[Stored data]
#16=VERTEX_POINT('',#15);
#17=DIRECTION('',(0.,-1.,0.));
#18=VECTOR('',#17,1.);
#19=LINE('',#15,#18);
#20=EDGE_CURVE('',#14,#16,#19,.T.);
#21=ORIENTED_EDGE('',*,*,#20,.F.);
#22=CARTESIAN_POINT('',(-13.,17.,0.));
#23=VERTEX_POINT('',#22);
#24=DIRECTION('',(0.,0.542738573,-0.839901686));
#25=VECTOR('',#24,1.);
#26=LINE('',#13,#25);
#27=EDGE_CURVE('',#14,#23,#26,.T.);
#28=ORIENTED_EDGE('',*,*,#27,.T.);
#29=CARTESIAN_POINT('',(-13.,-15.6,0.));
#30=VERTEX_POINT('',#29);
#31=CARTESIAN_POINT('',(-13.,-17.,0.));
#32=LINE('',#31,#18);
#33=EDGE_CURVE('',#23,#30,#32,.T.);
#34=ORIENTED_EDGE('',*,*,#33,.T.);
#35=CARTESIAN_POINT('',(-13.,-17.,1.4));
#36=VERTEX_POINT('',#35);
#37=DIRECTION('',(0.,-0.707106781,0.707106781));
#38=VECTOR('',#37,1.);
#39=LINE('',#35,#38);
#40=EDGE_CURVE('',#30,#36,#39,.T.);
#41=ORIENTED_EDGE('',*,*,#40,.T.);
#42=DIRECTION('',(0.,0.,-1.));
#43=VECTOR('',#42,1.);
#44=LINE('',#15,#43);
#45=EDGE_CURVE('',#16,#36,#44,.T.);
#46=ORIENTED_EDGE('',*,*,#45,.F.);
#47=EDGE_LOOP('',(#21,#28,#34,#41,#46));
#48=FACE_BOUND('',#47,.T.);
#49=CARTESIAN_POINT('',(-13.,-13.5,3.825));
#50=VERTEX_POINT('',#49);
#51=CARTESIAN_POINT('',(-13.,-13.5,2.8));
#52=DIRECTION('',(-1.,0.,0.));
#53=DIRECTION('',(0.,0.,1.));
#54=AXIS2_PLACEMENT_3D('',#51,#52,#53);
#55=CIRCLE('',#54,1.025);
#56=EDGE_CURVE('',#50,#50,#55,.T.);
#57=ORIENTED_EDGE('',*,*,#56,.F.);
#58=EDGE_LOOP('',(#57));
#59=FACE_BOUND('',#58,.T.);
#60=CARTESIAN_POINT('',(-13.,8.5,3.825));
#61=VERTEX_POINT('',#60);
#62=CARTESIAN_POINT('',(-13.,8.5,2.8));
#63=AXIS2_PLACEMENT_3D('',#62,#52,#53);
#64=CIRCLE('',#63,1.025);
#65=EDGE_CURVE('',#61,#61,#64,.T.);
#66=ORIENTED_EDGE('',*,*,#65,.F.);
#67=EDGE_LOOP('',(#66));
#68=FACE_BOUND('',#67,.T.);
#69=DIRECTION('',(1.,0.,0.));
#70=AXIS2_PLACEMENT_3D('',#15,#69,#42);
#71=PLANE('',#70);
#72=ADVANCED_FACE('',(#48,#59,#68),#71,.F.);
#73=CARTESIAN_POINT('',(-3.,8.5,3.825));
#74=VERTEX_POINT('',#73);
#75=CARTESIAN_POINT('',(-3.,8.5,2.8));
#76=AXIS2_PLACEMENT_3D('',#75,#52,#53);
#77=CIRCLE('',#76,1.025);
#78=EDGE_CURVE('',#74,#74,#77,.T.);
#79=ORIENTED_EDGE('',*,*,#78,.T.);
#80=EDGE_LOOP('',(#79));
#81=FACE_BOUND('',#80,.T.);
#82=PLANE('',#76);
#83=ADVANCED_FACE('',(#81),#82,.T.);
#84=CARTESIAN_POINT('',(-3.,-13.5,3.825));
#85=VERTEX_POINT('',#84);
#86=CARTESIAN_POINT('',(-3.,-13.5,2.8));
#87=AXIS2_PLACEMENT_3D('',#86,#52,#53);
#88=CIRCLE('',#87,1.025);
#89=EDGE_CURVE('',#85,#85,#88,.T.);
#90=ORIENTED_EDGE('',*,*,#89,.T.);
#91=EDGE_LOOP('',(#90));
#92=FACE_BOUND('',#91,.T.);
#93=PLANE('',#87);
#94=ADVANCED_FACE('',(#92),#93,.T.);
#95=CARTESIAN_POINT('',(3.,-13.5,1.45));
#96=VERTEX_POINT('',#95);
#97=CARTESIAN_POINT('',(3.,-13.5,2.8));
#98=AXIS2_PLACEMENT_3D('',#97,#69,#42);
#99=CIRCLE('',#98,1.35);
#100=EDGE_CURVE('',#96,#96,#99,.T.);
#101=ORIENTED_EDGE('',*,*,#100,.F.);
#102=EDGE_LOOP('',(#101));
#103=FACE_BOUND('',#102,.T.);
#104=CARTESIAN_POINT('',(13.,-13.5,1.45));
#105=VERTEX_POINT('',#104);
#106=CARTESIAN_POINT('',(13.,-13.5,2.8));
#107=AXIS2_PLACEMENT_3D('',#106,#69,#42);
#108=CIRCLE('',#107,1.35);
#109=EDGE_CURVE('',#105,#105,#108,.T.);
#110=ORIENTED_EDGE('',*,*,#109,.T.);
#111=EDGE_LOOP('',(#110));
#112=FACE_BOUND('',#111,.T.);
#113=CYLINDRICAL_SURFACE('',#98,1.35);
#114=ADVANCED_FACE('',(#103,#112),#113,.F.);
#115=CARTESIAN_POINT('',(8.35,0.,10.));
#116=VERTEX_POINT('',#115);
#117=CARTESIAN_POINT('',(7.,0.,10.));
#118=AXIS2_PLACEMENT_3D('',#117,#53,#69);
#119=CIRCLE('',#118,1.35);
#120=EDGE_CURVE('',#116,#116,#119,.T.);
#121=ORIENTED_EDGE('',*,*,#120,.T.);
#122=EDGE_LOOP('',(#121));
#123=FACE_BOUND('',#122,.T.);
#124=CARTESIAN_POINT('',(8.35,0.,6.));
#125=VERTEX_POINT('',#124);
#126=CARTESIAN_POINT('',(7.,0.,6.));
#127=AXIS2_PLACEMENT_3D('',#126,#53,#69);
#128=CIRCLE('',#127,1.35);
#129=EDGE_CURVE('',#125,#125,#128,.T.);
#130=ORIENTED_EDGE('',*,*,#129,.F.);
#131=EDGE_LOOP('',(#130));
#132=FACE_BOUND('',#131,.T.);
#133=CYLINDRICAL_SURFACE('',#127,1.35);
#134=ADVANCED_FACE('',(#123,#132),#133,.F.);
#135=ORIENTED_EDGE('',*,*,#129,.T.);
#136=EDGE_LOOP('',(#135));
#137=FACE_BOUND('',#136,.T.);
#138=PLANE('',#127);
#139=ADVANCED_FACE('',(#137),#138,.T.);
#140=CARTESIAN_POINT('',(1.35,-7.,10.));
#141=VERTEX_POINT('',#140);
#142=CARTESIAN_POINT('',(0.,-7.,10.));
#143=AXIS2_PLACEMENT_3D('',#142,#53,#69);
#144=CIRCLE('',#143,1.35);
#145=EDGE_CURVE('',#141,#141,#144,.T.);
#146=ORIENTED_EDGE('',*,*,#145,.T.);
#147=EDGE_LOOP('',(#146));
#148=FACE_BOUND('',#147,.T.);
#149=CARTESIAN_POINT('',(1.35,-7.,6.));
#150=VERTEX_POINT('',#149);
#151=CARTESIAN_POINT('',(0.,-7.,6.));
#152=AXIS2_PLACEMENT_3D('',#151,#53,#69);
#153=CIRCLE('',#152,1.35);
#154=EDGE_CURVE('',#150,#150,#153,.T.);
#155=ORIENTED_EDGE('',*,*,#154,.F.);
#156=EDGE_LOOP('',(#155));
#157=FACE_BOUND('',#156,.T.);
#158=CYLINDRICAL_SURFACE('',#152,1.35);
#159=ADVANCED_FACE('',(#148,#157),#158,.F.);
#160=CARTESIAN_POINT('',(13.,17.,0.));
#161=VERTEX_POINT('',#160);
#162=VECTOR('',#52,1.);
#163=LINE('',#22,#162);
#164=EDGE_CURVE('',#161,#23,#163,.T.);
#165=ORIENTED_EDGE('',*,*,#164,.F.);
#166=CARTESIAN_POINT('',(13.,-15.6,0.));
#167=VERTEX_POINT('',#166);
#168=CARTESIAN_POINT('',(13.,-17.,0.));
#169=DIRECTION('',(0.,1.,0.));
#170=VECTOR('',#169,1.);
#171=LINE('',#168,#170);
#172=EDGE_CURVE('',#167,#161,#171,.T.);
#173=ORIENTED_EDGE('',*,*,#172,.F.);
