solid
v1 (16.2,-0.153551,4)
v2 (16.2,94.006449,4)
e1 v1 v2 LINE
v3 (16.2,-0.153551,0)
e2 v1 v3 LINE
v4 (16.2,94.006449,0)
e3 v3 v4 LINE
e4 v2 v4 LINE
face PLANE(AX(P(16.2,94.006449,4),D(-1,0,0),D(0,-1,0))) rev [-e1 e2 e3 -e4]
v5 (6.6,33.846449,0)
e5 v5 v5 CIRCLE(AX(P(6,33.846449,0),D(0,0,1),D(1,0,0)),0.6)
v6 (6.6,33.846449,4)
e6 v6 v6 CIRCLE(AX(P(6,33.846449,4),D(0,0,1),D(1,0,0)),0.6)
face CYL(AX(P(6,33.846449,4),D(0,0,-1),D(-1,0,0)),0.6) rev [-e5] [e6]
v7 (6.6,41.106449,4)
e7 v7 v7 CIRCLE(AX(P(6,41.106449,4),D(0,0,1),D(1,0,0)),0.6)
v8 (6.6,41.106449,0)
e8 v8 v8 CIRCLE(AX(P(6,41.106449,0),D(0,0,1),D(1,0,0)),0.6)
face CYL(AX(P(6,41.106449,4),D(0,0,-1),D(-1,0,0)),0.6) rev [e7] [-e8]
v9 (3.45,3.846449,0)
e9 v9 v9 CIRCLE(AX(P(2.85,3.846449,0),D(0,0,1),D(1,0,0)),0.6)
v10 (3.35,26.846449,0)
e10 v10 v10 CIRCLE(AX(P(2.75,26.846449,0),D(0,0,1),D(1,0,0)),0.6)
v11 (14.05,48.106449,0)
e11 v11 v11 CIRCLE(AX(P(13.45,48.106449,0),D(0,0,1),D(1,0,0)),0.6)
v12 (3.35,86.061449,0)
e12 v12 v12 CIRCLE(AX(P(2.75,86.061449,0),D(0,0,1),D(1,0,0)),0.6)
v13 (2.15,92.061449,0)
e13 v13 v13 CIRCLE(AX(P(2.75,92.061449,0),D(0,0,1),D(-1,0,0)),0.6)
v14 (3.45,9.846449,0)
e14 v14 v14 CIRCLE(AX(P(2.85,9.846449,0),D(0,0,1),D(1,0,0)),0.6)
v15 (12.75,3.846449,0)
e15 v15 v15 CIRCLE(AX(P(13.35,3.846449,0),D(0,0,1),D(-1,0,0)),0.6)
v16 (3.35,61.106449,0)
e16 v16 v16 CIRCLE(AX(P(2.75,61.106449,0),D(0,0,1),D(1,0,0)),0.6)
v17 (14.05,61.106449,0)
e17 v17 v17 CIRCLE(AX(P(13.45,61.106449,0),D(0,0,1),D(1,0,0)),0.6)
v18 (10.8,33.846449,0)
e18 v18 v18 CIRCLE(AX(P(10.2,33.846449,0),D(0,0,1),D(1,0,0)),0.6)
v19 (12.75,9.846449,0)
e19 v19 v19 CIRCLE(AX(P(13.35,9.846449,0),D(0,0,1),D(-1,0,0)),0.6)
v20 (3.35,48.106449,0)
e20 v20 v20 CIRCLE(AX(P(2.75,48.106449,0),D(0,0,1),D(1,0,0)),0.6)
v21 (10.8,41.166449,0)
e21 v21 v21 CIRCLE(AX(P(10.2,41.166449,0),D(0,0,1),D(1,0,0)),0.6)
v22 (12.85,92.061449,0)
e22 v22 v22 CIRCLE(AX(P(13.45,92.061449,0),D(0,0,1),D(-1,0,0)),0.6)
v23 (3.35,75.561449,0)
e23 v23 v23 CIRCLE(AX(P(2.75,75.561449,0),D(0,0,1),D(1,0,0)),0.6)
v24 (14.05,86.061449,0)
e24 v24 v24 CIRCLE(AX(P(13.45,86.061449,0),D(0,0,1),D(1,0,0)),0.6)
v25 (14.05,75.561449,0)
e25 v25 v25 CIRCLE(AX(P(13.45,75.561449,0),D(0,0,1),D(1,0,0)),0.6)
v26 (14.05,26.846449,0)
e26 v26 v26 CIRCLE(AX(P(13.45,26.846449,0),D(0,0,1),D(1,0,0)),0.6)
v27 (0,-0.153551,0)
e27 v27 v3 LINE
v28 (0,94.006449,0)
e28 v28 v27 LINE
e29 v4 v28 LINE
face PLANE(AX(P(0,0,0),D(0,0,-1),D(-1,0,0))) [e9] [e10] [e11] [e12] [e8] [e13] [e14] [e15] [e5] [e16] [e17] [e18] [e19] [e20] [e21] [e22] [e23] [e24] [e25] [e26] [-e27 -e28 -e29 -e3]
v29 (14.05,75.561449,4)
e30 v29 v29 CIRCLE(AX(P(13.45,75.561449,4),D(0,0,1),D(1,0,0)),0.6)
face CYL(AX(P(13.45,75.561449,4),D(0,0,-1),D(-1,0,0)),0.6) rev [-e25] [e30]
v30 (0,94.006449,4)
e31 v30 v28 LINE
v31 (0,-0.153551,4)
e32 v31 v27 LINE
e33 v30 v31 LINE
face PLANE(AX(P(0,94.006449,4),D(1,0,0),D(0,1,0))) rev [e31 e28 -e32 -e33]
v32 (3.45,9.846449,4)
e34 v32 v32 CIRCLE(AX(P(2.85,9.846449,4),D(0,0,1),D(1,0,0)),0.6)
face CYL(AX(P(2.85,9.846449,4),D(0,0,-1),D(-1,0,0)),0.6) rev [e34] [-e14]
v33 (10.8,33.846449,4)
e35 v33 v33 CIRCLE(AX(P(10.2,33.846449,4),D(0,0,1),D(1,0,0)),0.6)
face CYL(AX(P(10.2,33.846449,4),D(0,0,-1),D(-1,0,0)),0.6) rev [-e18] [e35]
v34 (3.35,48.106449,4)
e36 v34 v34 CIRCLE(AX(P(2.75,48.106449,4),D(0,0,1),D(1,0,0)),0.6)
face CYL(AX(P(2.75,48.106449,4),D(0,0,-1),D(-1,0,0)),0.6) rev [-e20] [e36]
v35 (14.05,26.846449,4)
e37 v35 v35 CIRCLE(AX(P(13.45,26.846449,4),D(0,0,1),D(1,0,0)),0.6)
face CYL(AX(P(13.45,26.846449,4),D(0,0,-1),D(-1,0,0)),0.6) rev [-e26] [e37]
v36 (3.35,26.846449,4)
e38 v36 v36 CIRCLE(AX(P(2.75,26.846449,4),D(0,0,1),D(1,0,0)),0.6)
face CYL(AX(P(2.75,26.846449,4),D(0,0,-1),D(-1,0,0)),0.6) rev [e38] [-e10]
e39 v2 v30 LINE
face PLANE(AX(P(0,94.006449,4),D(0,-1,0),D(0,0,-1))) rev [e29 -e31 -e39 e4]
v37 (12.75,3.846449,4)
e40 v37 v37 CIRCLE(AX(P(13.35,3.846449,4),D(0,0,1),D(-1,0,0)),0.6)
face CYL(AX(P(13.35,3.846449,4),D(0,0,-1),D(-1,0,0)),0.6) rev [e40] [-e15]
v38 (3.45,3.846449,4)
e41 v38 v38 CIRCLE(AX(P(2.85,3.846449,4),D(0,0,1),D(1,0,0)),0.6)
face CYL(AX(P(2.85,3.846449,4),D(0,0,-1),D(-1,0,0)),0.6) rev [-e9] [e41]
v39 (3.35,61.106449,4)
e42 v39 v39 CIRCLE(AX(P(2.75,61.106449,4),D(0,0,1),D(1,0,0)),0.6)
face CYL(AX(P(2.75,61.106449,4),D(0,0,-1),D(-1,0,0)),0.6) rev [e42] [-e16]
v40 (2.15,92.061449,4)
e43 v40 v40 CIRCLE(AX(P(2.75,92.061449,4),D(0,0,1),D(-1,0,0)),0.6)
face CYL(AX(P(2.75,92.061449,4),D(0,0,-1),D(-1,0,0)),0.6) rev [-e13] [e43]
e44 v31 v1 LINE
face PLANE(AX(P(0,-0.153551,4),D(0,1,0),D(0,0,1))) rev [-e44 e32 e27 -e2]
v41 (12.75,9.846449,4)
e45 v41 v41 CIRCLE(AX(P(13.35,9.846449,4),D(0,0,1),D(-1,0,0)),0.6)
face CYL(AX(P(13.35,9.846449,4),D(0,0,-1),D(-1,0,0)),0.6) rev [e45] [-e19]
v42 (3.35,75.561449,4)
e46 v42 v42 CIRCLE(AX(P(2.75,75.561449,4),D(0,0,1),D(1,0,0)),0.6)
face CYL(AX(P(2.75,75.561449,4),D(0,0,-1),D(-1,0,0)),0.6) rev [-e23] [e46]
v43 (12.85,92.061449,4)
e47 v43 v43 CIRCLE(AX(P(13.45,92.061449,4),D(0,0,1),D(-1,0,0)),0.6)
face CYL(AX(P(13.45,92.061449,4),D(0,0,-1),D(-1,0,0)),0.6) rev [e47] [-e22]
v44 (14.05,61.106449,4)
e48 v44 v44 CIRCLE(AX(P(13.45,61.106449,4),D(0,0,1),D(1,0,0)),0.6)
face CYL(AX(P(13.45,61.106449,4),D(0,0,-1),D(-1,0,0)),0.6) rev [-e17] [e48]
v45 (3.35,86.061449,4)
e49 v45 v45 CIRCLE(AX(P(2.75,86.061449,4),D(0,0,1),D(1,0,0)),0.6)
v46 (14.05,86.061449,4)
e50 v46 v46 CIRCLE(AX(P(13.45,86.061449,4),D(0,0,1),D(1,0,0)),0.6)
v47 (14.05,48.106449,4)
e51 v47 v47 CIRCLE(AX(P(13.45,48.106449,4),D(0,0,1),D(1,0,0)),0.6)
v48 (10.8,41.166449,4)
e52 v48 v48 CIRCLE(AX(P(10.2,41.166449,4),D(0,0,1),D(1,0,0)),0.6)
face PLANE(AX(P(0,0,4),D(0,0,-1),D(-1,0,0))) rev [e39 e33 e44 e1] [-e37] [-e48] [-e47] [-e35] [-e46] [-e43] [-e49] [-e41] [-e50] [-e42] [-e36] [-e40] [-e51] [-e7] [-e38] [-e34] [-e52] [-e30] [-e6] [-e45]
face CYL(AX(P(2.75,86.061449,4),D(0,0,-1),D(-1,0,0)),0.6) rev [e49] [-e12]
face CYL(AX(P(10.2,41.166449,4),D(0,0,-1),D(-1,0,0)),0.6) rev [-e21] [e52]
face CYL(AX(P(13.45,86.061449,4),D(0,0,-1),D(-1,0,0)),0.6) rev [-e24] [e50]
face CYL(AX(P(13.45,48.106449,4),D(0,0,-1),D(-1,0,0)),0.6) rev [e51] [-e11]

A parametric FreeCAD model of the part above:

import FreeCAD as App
import Part
import Sketcher

V = App.Vector


def add_polygon(sketch, points):
    """Adds a closed chain of lines whose ends are joined by coincident constraints."""
    first, n = sketch.GeometryCount, len(points)
    for a, b in zip(points, points[1:] + points[:1]):
        sketch.addGeometry(Part.LineSegment(App.Vector(*a, 0), App.Vector(*b, 0)), False)
    for i in range(n):
        sketch.addConstraint(Sketcher.Constraint("Coincident", first + i, 2, first + (i + 1) % n, 1))

doc = App.newDocument("Part")
params = doc.addObject("Spreadsheet::Sheet", "Params")
for row, (alias, value) in enumerate([
    ("sketch1_diameter", "1.2 mm"),
    ("sketch1_width", "16.2 mm"),
    ("sketch1_height", "94.16 mm"),
    ("pad1_length", "4 mm"),
], start=1):
    params.set(f"A{row}", alias)
    params.set(f"B{row}", "=" + value)
    params.setAlias(f"B{row}", alias)

body = doc.addObject("PartDesign::Body", "Body")

sketch1 = doc.addObject("Sketcher::SketchObject", "Sketch")
body.addObject(sketch1)
sketch1.AttachmentSupport = (doc.XY_Plane, [""])
sketch1.MapMode = "FlatFace"
add_polygon(sketch1, [(0, 94), (0, -0.2), (16.2, -0.2), (16.2, 94)])
sketch1.addGeometry(Part.Circle(V(2.9, 3.8, 0), V(0, 0, 1), 0.6), False)
sketch1.addGeometry(Part.Circle(V(2.9, 9.8, 0), V(0, 0, 1), 0.6), False)
sketch1.addGeometry(Part.Circle(V(2.8, 26.8, 0), V(0, 0, 1), 0.6), False)
sketch1.addGeometry(Part.Circle(V(6, 33.8, 0), V(0, 0, 1), 0.6), False)
sketch1.addGeometry(Part.Circle(V(6, 41.1, 0), V(0, 0, 1), 0.6), False)
sketch1.addGeometry(Part.Circle(V(13.3, 3.8, 0), V(0, 0, 1), 0.6), False)
sketch1.addGeometry(Part.Circle(V(13.3, 9.8, 0), V(0, 0, 1), 0.6), False)
sketch1.addGeometry(Part.Circle(V(10.2, 33.8, 0), V(0, 0, 1), 0.6), False)
sketch1.addGeometry(Part.Circle(V(10.2, 41.2, 0), V(0, 0, 1), 0.6), False)
sketch1.addGeometry(Part.Circle(V(13.4, 26.8, 0), V(0, 0, 1), 0.6), False)
sketch1.addGeometry(Part.Circle(V(2.8, 48.1, 0), V(0, 0, 1), 0.6), False)
sketch1.addGeometry(Part.Circle(V(2.8, 61.1, 0), V(0, 0, 1), 0.6), False)
sketch1.addGeometry(Part.Circle(V(2.8, 75.6, 0), V(0, 0, 1), 0.6), False)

#### [PROBLEM REQUIREMENTS]
Only the lines above from the line containing "e39 v2 v30 LINE" through the line containing "v47 (14.05,48.106449,4)" should be retyped, exactly and with both ends included.

#### [EXPECTED ANSWER]
e39 v2 v30 LINE
face PLANE(AX(P(0,94.006449,4),D(0,-1,0),D(0,0,-1))) rev [e29 -e31 -e39 e4]
v37 (12.75,3.846449,4)
e40 v37 v37 CIRCLE(AX(P(13.35,3.846449,4),D(0,0,1),D(-1,0,0)),0.6)
face CYL(AX(P(13.35,3.846449,4),D(0,0,-1),D(-1,0,0)),0.6) rev [e40] [-e15]
v38 (3.45,3.846449,4)
e41 v38 v38 CIRCLE(AX(P(2.85,3.846449,4),D(0,0,1),D(1,0,0)),0.6)
face CYL(AX(P(2.85,3.846449,4),D(0,0,-1),D(-1,0,0)),0.6) rev [-e9] [e41]
v39 (3.35,61.106449,4)
e42 v39 v39 CIRCLE(AX(P(2.75,61.106449,4),D(0,0,1),D(1,0,0)),0.6)
face CYL(AX(P(2.75,61.106449,4),D(0,0,-1),D(-1,0,0)),0.6) rev [e42] [-e16]
v40 (2.15,92.061449,4)
e43 v40 v40 CIRCLE(AX(P(2.75,92.061449,4),D(0,0,1),D(-1,0,0)),0.6)
face CYL(AX(P(2.75,92.061449,4),D(0,0,-1),D(-1,0,0)),0.6) rev [-e13] [e43]
e44 v31 v1 LINE
face PLANE(AX(P(0,-0.153551,4),D(0,1,0),D(0,0,1))) rev [-e44 e32 e27 -e2]
v41 (12.75,9.846449,4)
e45 v41 v41 CIRCLE(AX(P(13.35,9.846449,4),D(0,0,1),D(-1,0,0)),0.6)
face CYL(AX(P(13.35,9.846449,4),D(0,0,-1),D(-1,0,0)),0.6) rev [e45] [-e19]
v42 (3.35,75.561449,4)
e46 v42 v42 CIRCLE(AX(P(2.75,75.561449,4),D(0,0,1),D(1,0,0)),0.6)
face CYL(AX(P(2.75,75.561449,4),D(0,0,-1),D(-1,0,0)),0.6) rev [-e23] [e46]
v43 (12.85,92.061449,4)
e47 v43 v43 CIRCLE(AX(P(13.45,92.061449,4),D(0,0,1),D(-1,0,0)),0.6)
face CYL(AX(P(13.45,92.061449,4),D(0,0,-1),D(-1,0,0)),0.6) rev [e47] [-e22]
v44 (14.05,61.106449,4)
e48 v44 v44 CIRCLE(AX(P(13.45,61.106449,4),D(0,0,1),D(1,0,0)),0.6)
face CYL(AX(P(13.45,61.106449,4),D(0,0,-1),D(-1,0,0)),0.6) rev [-e17] [e48]
v45 (3.35,86.061449,4)
e49 v45 v45 CIRCLE(AX(P(2.75,86.061449,4),D(0,0,1),D(1,0,0)),0.6)
v46 (14.05,86.061449,4)
e50 v46 v46 CIRCLE(AX(P(13.45,86.061449,4),D(0,0,1),D(1,0,0)),0.6)
v47 (14.05,48.106449,4)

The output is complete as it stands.